Doing great! Keep it up hon, I know you can do it!!


----------



## naturaltan (Feb 27, 2003)

My wife did the same thing you're doing ... no more talking, a lot more action - and to her credit, she's lost 8 pounds in 2 months ... now she's going to pack on some muscle.


----------



## nikegurl (Feb 27, 2003)

yep - i was talking about what i was "going to do" better than i was doing it these last few months.

i will sneak in one "gonna do" reference today.  i'm "gonna" hit my water.  5 liters minimum.  i have to b/c it's the one thing i've never consistently done.  even when my diet and training were dead on the water was always iffy at best.

8:30 am - 1 liter down.


----------



## nikegurl (Feb 27, 2003)

hi ng.  i have a new slogan for us nike women.

"don't just do it.  do it better".  that's us.  let's go!


----------



## nikegurl (Feb 27, 2003)

good leg workout last night.  not sure if it will look that good written out but it sure felt great.  my legs were absolutely failing by the end of it.

EXTENSIONS
10 x 60
9 x 70

FRONT SQUAT MACHINE.  not sure what to call this.
you face into the machine and pads rest on your shoulders.  then you squat down.  kind of like backwards hack squats (?)
never used it before.  LOVED it.  

12 x 90
12 x 90
10 x 90

LEG PRESS
12 x 90
10 x 90
10 x 90  got stuck at the bottom of last rep.

LYING LEG CURL
8 x 90
6 x 100

STIFF LEGGED DEADLIFTS
8 x 85
9 x 85

SEATED LEG CURL MACHINE
12 x 70
11 x 70


----------



## nikegurl (Feb 27, 2003)

11:00 am - 3 liters down.

i should have been tracking the number of times i've gone to the bathroom too.  i think it's about 7 or 8?

does the peeing get less if you routinely drink 5-6 liters a day?


----------



## w8lifter (Feb 27, 2003)

Yes...hack squats....and yes on the peeing


----------



## nikegurl (Feb 27, 2003)

good on the peeing!  

the machine i used is like hack squats but not because you face into the machine instead of having your back against the pad.  it was very cool.


----------



## w8lifter (Feb 27, 2003)

yes....but you could face into it? It can be used both ways right?


----------



## nikegurl (Feb 27, 2003)

doh.  i'm feeling dumb.  i've never seen anyone use it that way but you're right.  when you face in to it then only the part that sits on top of your shoulders touches you so like a total idiot i was wondering what the pad was.  (that would be where your back goes when you do it like regular hack squats)

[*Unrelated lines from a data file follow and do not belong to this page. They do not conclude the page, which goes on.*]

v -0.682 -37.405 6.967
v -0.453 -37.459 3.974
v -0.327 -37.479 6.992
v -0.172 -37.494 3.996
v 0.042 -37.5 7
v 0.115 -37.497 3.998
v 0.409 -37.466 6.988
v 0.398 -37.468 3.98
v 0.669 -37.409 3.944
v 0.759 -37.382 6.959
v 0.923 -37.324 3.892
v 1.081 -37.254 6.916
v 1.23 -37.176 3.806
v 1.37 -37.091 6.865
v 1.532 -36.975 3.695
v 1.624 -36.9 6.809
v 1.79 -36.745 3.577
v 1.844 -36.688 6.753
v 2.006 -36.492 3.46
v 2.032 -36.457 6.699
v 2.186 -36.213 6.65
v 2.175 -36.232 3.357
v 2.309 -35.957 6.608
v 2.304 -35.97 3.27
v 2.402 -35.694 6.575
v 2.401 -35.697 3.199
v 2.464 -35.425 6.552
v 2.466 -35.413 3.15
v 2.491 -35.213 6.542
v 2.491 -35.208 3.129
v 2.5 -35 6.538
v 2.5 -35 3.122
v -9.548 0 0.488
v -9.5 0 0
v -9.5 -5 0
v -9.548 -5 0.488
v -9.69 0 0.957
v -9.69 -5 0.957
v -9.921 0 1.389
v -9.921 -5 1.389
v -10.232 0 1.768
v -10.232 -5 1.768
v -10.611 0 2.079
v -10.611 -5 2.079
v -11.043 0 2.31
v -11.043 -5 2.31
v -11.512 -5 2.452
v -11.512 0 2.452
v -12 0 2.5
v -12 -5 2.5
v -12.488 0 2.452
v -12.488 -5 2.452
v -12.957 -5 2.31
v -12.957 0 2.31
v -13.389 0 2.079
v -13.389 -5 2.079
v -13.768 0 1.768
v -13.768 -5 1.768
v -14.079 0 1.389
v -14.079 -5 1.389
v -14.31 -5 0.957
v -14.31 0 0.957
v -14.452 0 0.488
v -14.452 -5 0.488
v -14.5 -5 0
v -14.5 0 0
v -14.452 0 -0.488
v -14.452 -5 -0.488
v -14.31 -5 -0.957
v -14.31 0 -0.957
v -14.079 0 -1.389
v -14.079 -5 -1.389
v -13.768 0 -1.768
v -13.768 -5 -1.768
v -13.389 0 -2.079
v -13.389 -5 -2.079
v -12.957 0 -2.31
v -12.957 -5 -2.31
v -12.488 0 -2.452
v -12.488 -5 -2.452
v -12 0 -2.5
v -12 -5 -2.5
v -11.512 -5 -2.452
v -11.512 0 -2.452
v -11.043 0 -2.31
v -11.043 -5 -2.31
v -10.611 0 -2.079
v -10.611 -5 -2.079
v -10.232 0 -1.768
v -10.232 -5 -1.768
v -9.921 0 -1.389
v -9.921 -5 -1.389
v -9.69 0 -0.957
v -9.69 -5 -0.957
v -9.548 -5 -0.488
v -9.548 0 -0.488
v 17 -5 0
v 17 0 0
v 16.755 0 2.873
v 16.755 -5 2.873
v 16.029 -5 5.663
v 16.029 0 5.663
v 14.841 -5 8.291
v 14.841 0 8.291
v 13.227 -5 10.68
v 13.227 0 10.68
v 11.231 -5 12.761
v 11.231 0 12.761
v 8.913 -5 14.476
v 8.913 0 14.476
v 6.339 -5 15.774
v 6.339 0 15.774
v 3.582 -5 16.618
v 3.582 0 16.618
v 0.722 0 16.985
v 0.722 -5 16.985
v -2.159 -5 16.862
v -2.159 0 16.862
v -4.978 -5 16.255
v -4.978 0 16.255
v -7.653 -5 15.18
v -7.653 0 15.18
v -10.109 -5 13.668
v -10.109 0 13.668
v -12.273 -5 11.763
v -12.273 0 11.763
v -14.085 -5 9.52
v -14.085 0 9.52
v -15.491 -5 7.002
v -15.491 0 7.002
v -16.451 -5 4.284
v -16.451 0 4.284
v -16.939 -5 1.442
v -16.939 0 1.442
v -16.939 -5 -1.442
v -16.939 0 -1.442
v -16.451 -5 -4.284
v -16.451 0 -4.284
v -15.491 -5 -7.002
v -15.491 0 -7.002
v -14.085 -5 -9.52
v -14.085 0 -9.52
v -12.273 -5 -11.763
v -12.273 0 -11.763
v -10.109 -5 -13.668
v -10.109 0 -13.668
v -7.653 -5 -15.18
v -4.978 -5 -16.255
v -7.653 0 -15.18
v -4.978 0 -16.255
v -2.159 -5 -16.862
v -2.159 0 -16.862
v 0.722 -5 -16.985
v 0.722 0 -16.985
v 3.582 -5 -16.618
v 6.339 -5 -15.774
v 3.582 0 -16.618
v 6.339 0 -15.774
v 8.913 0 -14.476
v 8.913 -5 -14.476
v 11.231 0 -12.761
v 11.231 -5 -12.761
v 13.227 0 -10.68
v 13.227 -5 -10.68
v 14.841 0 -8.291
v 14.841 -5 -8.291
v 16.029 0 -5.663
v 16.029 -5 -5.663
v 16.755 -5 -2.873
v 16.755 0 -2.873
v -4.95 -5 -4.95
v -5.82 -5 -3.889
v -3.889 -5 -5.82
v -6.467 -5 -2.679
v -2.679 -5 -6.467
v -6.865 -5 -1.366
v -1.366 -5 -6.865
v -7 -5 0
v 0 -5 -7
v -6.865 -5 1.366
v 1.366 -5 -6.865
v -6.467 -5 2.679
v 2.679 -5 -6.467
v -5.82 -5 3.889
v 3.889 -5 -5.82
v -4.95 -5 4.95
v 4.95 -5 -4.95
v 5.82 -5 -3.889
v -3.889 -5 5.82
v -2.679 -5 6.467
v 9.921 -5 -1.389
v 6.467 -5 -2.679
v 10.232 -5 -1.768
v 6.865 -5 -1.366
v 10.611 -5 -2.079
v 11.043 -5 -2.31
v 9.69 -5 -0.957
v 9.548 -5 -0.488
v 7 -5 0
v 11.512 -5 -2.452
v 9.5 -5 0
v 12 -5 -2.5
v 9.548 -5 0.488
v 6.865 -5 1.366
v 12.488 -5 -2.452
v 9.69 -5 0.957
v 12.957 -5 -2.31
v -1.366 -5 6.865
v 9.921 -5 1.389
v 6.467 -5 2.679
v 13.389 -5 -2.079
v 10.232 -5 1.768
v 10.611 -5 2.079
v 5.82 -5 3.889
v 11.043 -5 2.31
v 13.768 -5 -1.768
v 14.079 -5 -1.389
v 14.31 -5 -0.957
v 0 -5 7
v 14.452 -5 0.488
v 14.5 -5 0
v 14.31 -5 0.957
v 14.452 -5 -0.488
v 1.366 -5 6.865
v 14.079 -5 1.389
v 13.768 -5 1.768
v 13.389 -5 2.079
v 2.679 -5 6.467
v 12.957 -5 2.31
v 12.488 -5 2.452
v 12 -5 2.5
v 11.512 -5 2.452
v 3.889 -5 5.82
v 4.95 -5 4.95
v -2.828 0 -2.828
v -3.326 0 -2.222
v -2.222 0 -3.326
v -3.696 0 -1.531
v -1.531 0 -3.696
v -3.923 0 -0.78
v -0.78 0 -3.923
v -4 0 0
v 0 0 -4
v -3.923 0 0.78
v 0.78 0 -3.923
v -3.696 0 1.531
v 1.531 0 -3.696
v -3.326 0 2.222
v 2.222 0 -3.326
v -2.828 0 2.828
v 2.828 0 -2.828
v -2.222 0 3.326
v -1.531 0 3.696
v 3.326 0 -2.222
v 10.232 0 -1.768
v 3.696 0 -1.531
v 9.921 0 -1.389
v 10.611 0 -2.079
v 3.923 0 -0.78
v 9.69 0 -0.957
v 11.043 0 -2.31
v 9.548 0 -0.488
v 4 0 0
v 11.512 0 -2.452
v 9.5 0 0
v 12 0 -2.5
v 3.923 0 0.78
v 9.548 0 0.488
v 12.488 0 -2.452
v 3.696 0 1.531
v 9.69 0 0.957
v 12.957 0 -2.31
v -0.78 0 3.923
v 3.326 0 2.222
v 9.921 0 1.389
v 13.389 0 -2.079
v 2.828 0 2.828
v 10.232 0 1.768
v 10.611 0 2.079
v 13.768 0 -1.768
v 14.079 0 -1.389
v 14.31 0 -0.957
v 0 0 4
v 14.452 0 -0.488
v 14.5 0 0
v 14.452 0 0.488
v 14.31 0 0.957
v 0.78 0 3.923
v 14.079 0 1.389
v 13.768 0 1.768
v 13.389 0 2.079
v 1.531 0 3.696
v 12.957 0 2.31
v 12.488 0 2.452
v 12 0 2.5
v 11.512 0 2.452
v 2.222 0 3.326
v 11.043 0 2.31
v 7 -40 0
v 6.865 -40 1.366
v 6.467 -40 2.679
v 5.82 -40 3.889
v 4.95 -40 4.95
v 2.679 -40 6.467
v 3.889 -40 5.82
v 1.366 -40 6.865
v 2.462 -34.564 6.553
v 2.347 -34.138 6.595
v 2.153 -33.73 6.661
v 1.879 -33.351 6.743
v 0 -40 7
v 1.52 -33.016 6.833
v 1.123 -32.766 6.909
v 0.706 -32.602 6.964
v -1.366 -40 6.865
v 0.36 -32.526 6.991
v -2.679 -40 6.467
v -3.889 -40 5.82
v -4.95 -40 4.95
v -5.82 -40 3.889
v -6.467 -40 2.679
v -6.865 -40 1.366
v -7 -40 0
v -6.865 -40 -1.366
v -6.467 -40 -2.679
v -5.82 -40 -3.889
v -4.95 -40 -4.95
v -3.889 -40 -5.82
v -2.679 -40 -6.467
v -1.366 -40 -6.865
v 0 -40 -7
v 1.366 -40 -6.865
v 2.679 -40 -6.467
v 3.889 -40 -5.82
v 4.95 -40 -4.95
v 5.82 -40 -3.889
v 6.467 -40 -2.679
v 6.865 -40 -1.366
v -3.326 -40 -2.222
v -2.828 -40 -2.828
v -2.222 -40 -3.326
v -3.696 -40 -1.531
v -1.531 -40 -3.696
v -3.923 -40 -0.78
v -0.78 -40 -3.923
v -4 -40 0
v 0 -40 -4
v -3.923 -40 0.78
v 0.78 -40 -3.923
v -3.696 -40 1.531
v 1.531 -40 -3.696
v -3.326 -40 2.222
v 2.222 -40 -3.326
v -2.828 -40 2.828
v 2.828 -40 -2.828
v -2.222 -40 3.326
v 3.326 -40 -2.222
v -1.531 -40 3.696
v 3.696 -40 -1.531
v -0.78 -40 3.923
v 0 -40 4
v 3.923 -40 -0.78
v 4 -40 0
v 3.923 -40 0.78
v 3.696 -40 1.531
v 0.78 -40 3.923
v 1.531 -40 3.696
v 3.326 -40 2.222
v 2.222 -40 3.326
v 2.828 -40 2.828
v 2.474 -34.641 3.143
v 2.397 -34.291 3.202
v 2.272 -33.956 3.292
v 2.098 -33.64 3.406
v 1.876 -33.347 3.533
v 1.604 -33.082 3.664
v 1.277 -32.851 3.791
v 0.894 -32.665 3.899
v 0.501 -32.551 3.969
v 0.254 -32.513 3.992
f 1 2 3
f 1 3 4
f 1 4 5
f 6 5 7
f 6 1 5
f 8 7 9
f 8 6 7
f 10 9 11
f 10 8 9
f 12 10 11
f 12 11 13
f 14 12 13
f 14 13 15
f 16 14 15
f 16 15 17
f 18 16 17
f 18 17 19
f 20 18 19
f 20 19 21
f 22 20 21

know that i know what it is....

would doing it like a regular hack machine squat isolate quads more than when you face into it?  are both good?  thanks!


----------



## Jodi (Feb 27, 2003)

Hi NG!  Glad to see you back!  I hope you plan on staying with us for a while.  J/K with ya!  
Good luck and stick to it!


----------



## nikegurl (Feb 27, 2003)

thanks so much Jodi!  you don't even have to add the j/k because i've been all over the place for months.  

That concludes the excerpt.